Skye finished up doing his laundry in the tiny sink in his cell and hung it up to dry. The Polunsky Unit was so hot that the laundry would be dry in about fifteen minutes.
Geri was coming today. Without their kids, though. But that was because this was a special day. The day she would tell him what their secret lawyer said. The kids would have fun at their friend’s house while Skye and Geri talked about the case.
The main thing in the case here was that Skye was innocent.

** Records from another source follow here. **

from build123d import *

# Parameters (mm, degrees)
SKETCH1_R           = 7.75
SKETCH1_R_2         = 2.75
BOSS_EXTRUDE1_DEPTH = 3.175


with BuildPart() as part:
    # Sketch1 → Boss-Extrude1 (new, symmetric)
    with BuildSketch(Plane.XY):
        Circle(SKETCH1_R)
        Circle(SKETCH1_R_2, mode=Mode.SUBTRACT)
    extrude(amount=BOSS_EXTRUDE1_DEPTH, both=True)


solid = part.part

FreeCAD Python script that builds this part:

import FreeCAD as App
import Part
import Sketcher

doc = App.newDocument("Part")
body = doc.addObject("PartDesign::Body", "Body")

sketch1 = doc.addObject("Sketcher::SketchObject", "Sketch")
body.addObject(sketch1)
sketch1.AttachmentSupport = (doc.XY_Plane, [""])
sketch1.MapMode = "FlatFace"
sketch1.addGeometry([
    Part.Circle(App.Vector(0, 0, 0), App.Vector(0, 0, 1), 7.75),
    Part.Circle(App.Vector(0, 0, 0), App.Vector(0, 0, 1), 2.75),
], False)
sketch1.addConstraint([
    Sketcher.Constraint("Coincident", 0, 3, -1, 1),
    Sketcher.Constraint("Coincident", 1, 3, -1, 1),
    Sketcher.Constraint("Diameter", 0, 15.5),
    Sketcher.Constraint("Diameter", 1, 5.5),
])
pad1 = doc.addObject("PartDesign::Pad", "Pad")
body.addObject(pad1)
pad1.Profile = sketch1
pad1.Length = 6.35
pad1.Midplane = True

doc.recompute()
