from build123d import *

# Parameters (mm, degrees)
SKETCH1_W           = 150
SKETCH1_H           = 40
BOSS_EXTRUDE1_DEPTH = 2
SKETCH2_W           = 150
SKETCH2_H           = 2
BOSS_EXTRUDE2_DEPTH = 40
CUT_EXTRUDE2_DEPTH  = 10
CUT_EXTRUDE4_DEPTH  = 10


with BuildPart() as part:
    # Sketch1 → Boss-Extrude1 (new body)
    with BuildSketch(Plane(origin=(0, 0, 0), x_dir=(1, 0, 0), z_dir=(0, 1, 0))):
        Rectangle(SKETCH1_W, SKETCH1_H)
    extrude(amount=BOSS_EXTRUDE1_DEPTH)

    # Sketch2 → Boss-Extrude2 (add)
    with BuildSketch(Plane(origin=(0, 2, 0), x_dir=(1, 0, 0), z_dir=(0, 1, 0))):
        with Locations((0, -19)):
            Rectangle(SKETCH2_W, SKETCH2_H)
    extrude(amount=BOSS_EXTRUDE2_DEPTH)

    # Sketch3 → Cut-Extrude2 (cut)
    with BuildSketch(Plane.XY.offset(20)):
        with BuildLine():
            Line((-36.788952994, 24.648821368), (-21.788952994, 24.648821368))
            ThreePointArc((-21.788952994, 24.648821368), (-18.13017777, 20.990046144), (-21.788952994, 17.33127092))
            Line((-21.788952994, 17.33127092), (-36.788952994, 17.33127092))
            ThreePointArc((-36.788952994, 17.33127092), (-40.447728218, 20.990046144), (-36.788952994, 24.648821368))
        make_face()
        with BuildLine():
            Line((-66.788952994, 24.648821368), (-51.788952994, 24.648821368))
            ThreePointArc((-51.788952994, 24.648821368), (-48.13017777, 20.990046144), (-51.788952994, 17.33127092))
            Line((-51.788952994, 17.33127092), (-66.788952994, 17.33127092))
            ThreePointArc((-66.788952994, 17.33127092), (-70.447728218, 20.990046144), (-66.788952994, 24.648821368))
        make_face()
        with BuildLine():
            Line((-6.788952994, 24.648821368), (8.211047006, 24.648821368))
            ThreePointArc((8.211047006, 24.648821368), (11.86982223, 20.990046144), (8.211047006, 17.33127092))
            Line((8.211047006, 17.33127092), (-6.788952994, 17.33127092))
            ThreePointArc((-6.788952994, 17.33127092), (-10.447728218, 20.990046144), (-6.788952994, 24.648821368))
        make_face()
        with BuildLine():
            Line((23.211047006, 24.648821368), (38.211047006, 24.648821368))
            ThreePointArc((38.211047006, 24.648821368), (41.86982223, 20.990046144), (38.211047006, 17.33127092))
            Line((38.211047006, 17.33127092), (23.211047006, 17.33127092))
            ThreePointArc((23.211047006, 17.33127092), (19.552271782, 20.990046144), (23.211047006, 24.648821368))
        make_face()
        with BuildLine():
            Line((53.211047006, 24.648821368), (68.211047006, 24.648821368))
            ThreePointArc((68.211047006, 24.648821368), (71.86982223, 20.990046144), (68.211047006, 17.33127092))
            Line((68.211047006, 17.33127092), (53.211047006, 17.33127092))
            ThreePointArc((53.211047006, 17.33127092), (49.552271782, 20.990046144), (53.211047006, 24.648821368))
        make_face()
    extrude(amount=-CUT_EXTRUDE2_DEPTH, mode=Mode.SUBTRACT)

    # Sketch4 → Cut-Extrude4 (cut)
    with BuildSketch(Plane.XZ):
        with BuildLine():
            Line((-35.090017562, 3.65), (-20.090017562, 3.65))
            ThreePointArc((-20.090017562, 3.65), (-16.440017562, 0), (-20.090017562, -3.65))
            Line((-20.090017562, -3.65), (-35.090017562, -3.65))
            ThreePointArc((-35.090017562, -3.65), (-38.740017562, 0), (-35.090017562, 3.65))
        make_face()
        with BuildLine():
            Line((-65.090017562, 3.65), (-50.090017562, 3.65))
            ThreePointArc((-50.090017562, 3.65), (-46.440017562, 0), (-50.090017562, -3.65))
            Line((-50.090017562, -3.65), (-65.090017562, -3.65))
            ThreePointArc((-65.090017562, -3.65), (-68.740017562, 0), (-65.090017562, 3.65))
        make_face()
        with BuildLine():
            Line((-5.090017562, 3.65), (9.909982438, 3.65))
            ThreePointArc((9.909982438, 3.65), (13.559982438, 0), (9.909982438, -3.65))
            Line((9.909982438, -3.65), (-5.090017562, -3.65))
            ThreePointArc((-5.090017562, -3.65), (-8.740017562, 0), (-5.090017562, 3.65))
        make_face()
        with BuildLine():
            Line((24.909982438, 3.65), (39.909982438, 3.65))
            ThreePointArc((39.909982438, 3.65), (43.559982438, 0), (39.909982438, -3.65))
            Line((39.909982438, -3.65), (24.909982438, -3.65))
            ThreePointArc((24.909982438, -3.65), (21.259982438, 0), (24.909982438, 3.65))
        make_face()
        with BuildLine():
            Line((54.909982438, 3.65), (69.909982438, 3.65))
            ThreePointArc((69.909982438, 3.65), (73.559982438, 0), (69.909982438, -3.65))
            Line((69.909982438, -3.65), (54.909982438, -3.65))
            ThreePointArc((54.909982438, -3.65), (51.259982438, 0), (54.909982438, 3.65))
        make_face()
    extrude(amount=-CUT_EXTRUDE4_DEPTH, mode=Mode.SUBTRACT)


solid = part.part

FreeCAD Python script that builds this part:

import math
import FreeCAD as App
import Part
import Sketcher

doc = App.newDocument("Part")
body = doc.addObject("PartDesign::Body", "Body")

# Sketch on XZ plane
sketch1 = body.newObject("Sketcher::SketchObject", "Sketch")
sketch1.AttachmentSupport = (doc.getObject("XZ_Plane"), [""])
sketch1.MapMode = "FlatFace"
sketch1.addGeometry(Part.LineSegment(App.Vector(-75, -20, 0), App.Vector(-75, 20, 0)), False)
sketch1.addGeometry(Part.LineSegment(App.Vector(-75, 20, 0), App.Vector(75, 20, 0)), False)
sketch1.addGeometry(Part.LineSegment(App.Vector(75, 20, 0), App.Vector(75, -20, 0)), False)
sketch1.addGeometry(Part.LineSegment(App.Vector(75, -20, 0), App.Vector(-75, -20, 0)), False)
sketch1.addConstraint(Sketcher.Constraint("Coincident", 0, 2, 1, 1))
sketch1.addConstraint(Sketcher.Constraint("Coincident", 1, 2, 2, 1))
sketch1.addConstraint(Sketcher.Constraint("Coincident", 2, 2, 3, 1))
sketch1.addConstraint(Sketcher.Constraint("Coincident", 3, 2, 0, 1))
sketch1.addConstraint(Sketcher.Constraint("Vertical", 0))
sketch1.addConstraint(Sketcher.Constraint("Horizontal", 1))
sketch1.addConstraint(Sketcher.Constraint("Vertical", 2))
sketch1.addConstraint(Sketcher.Constraint("Horizontal", 3))
sketch1.addConstraint(Sketcher.Constraint("Symmetric", 0, 2, 2, 2, -1, 1))
sketch1.addConstraint(Sketcher.Constraint("DistanceX", 1, 1, 1, 2, 150.0))
sketch1.addConstraint(Sketcher.Constraint("DistanceY", 0, 1, 0, 2, 40.0))
pad1 = body.newObject("PartDesign::Pad", "Pad")
pad1.Profile = sketch1
pad1.Length = 2
pad1.Reversed = True

# Sketch on XZ plane
sketch2 = body.newObject("Sketcher::SketchObject", "Sketch001")
sketch2.AttachmentSupport = (doc.getObject("XZ_Plane"), [""])
sketch2.MapMode = "FlatFace"
sketch2.AttachmentOffset = App.Placement(App.Vector(0, 0, -2), App.Rotation())
sketch2.addGeometry(Part.LineSegment(App.Vector(-75, 18, 0), App.Vector(-75, 20, 0)), False)
sketch2.addGeometry(Part.LineSegment(App.Vector(-75, 20, 0), App.Vector(75, 20, 0)), False)
sketch2.addGeometry(Part.LineSegment(App.Vector(75, 20, 0), App.Vector(75, 18, 0)), False)
sketch2.addGeometry(Part.LineSegment(App.Vector(75, 18, 0), App.Vector(-75, 18, 0)), False)
sketch2.addConstraint(Sketcher.Constraint("Coincident", 0, 2, 1, 1))
sketch2.addConstraint(Sketcher.Constraint("Coincident", 1, 2, 2, 1))
sketch2.addConstraint(Sketcher.Constraint("Coincident", 2, 2, 3, 1))
sketch2.addConstraint(Sketcher.Constraint("Coincident", 3, 2, 0, 1))
sketch2.addConstraint(Sketcher.Constraint("Vertical", 0))
sketch2.addConstraint(Sketcher.Constraint("Horizontal", 1))
sketch2.addConstraint(Sketcher.Constraint("Vertical", 2))
sketch2.addConstraint(Sketcher.Constraint("Horizontal", 3))
sketch2.addConstraint(Sketcher.Constraint("DistanceX", 1, 1, 1, 2, 150.0))
sketch2.addConstraint(Sketcher.Constraint("DistanceY", 0, 1, 0, 2, 2.0))
sketch2.addConstraint(Sketcher.Constraint("DistanceX", 0, 2, -1, 1, 75.0))
sketch2.addConstraint(Sketcher.Constraint("DistanceY", -1, 1, 0, 2, 20.0))
pad2 = body.newObject("PartDesign::Pad", "Pad001")
pad2.Profile = sketch2
pad2.Length = 40
pad2.Reversed = True

# Sketch on XY plane
sketch3 = body.newObject("Sketcher::SketchObject", "Sketch002")
sketch3.AttachmentSupport = (doc.getObject("XY_Plane"), [""])
sketch3.MapMode = "FlatFace"
sketch3.AttachmentOffset = App.Placement(App.Vector(0, 0, 20), App.Rotation())
sketch3.addGeometry(Part.LineSegment(App.Vector(-21.8, 24.6, 0), App.Vector(-36.8, 24.6, 0)), False)
sketch3.addGeometry(Part.ArcOfCircle(Part.Circle(App.Vector(-36.8, 21, 0), App.Vector(0, 0, 1), 3.7), math.radians(90), math.radians(270)), False)
sketch3.addGeometry(Part.LineSegment(App.Vector(-36.8, 17.3, 0), App.Vector(-21.8, 17.3, 0)), False)
sketch3.addGeometry(Part.ArcOfCircle(Part.Circle(App.Vector(-21.8, 21, 0), App.Vector(0, 0, 1), 3.7), math.radians(-90), math.radians(90)), False)
sketch3.addGeometry(Part.LineSegment(App.Vector(-51.8, 24.6, 0), App.Vector(-66.8, 24.6, 0)), False)
sketch3.addGeometry(Part.ArcOfCircle(Part.Circle(App.Vector(-66.8, 21, 0), App.Vector(0, 0, 1), 3.7), math.radians(90), math.radians(270)), False)
sketch3.addGeometry(Part.LineSegment(App.Vector(-66.8, 17.3, 0), App.Vector(-51.8, 17.3, 0)), False)
sketch3.addGeometry(Part.ArcOfCircle(Part.Circle(App.Vector(-51.8, 21, 0), App.Vector(0, 0, 1), 3.7), math.radians(-90), math.radians(90)), False)
sketch3.addGeometry(Part.LineSegment(App.Vector(8.2, 24.6, 0), App.Vector(-6.8, 24.6, 0)), False)
sketch3.addGeometry(Part.ArcOfCircle(Part.Circle(App.Vector(-6.8, 21, 0), App.Vector(0, 0, 1), 3.7), math.radians(90), math.radians(270)), False)
sketch3.addGeometry(Part.LineSegment(App.Vector(-6.8, 17.3, 0), App.Vector(8.2, 17.3, 0)), False)
sketch3.addGeometry(Part.ArcOfCircle(Part.Circle(App.Vector(8.2, 21, 0), App.Vector(0, 0, 1), 3.7), math.radians(-90), math.radians(90)), False)
sketch3.addGeometry(Part.LineSegment(App.Vector(38.2, 24.6, 0), App.Vector(23.2, 24.6, 0)), False)
sketch3.addGeometry(Part.ArcOfCircle(Part.Circle(App.Vector(23.2, 21, 0), App.Vector(0, 0, 1), 3.7), math.radians(90), math.radians(270)), False)
sketch3.addGeometry(Part.LineSegment(App.Vector(23.2, 17.3, 0), App.Vector(38.2, 17.3, 0)), False)
sketch3.addGeometry(Part.ArcOfCircle(Part.Circle(App.Vector(38.2, 21, 0), App.Vector(0, 0, 1), 3.7), math.radians(-90), math.radians(90)), False)
sketch3.addGeometry(Part.LineSegment(App.Vector(68.2, 24.6, 0), App.Vector(53.2, 24.6, 0)), False)
sketch3.addGeometry(Part.ArcOfCircle(Part.Circle(App.Vector(53.2, 21, 0), App.Vector(0, 0, 1), 3.7), math.radians(90), math.radians(270)), False)
sketch3.addGeometry(Part.LineSegment(App.Vector(53.2, 17.3, 0), App.Vector(68.2, 17.3, 0)), False)
sketch3.addGeometry(Part.ArcOfCircle(Part.Circle(App.Vector(68.2, 21, 0), App.Vector(0, 0, 1), 3.7), math.radians(-90), math.radians(90)), False)
sketch3.addConstraint(Sketcher.Constraint("Tangent", 0, 2, 1, 1))
sketch3.addConstraint(Sketcher.Constraint("Tangent", 1, 2, 2, 1))
sketch3.addConstraint(Sketcher.Constraint("Tangent", 2, 2, 3, 1))
sketch3.addConstraint(Sketcher.Constraint("Tangent", 3, 2, 0, 1))
sketch3.addConstraint(Sketcher.Constraint("Tangent", 4, 2, 5, 1))
sketch3.addConstraint(Sketcher.Constraint("Tangent", 5, 2, 6, 1))
sketch3.addConstraint(Sketcher.Constraint("Tangent", 6, 2, 7, 1))
sketch3.addConstraint(Sketcher.Constraint("Tangent", 7, 2, 4, 1))
sketch3.addConstraint(Sketcher.Constraint("Tangent", 8, 2, 9, 1))
sketch3.addConstraint(Sketcher.Constraint("Tangent", 9, 2, 10, 1))
sketch3.addConstraint(Sketcher.Constraint("Tangent", 10, 2, 11, 1))
sketch3.addConstraint(Sketcher.Constraint("Tangent", 11, 2, 8, 1))
sketch3.addConstraint(Sketcher.Constraint("Tangent", 12, 2, 13, 1))
sketch3.addConstraint(Sketcher.Constraint("Tangent", 13, 2, 14, 1))
sketch3.addConstraint(Sketcher.Constraint("Tangent", 14, 2, 15, 1))
sketch3.addConstraint(Sketcher.Constraint("Tangent", 15, 2, 12, 1))
sketch3.addConstraint(Sketcher.Constraint("Tangent", 16, 2, 17, 1))
sketch3.addConstraint(Sketcher.Constraint("Tangent", 17, 2, 18, 1))
sketch3.addConstraint(Sketcher.Constraint("Tangent", 18, 2, 19, 1))
sketch3.addConstraint(Sketcher.Constraint("Tangent", 19, 2, 16, 1))
sketch3.addConstraint(Sketcher.Constraint("Horizontal", 0))
sketch3.addConstraint(Sketcher.Constraint("Horizontal", 2))
sketch3.addConstraint(Sketcher.Constraint("Horizontal", 4))
sketch3.addConstraint(Sketcher.Constraint("Horizontal", 6))
sketch3.addConstraint(Sketcher.Constraint("Horizontal", 8))
sketch3.addConstraint(Sketcher.Constraint("Horizontal", 10))
sketch3.addConstraint(Sketcher.Constraint("Horizontal", 12))
sketch3.addConstraint(Sketcher.Constraint("Horizontal", 14))
sketch3.addConstraint(Sketcher.Constraint("Horizontal", 16))
sketch3.addConstraint(Sketcher.Constraint("Horizontal", 18))
sketch3.addConstraint(Sketcher.Constraint("Equal", 3, 5))
sketch3.addConstraint(Sketcher.Constraint("Equal", 7, 9))
sketch3.addConstraint(Sketcher.Constraint("Equal", 11, 13))
sketch3.addConstraint(Sketcher.Constraint("Equal", 15, 17))
sketch3.addConstraint(Sketcher.Constraint("Horizontal", 3, 3, 5, 3))
sketch3.addConstraint(Sketcher.Constraint("Horizontal", 7, 3, 9, 3))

And this wasn’t a law-of-parties thing. Skye agreed that if you didn’t stop your friend from pulling the trigger, you as good as pulled the trigger yourself. But he had been the only one involved in this, besides the victim and his real killer… the guy that had knocked him out and run off, leaving the other guy dead and Skye unconscious next to him. The attacker had confessed to just wanting revenge from the other guy and not wanting revenge on Skye and just knocking Skye out so that he could get away. But since the guy, Bruce, was “mentally challenged” and Skye had been his friend, nobody believed him. Bruce, they reasoned, could never have killed anyone, and was just there in court protecting his friend because he was “so stupid he thought his friend was still his friend”.
Skye did not want Bruce on death row. But Skye had three children. He would fight to get Bruce off death row. But Bruce came second to Skye. Skye came first.
Until the International Incident Instigation Initiative showed up.
Their lawyer-- the Initiators’ lawyer-- his lawyer now-- had gotten his sentence commuted to life.
Now it was time to save Bruce. But did he have it in him to risk getting sent back to death row for starting trouble?
“You don’t have to do anything but walk out the door once you’re freed,” the lawyer told him, as though reading his mind.
“You think they’ll let me outa here?” Skye exclaimed.
“If we do our job right, they will.”
“Who ARE you people? And what’s your job?”
“We’re everywhere. We’re in politics and in education, in medicine and in law. We’re the mentally ill. We’re me and we’re you. And we’ve got to stick together.”
“I’m not mentally ill,” Skye said.
“Then why did the prison psychiatrist prescribe you antidepressants?”
“To help me cope with being in a cage 23/7 and waiting for my death!”
“Exactly. Being in a cage and waiting for your death would make anyone mentally ill.”
“But I have a REASON for my depression, so I’m not mentally ill.”
“Everyone has reason. Everyone has trauma. Do not dehumanize the mentally ill, Skye. Do not deny our potential and our humanity. Mental illness is a person doing the best with what they’ve been given when what they’re given isn’t good. We are perfectly capable beings, and we will get you out of here.”
“This is fucking creepy,” Skye muttered. “What do I have to do for you once I’m out; kill people? Rob people? Rape people? Scare people?”
“None of that. We will have what we need. We just need a success story, and we’ll have that.”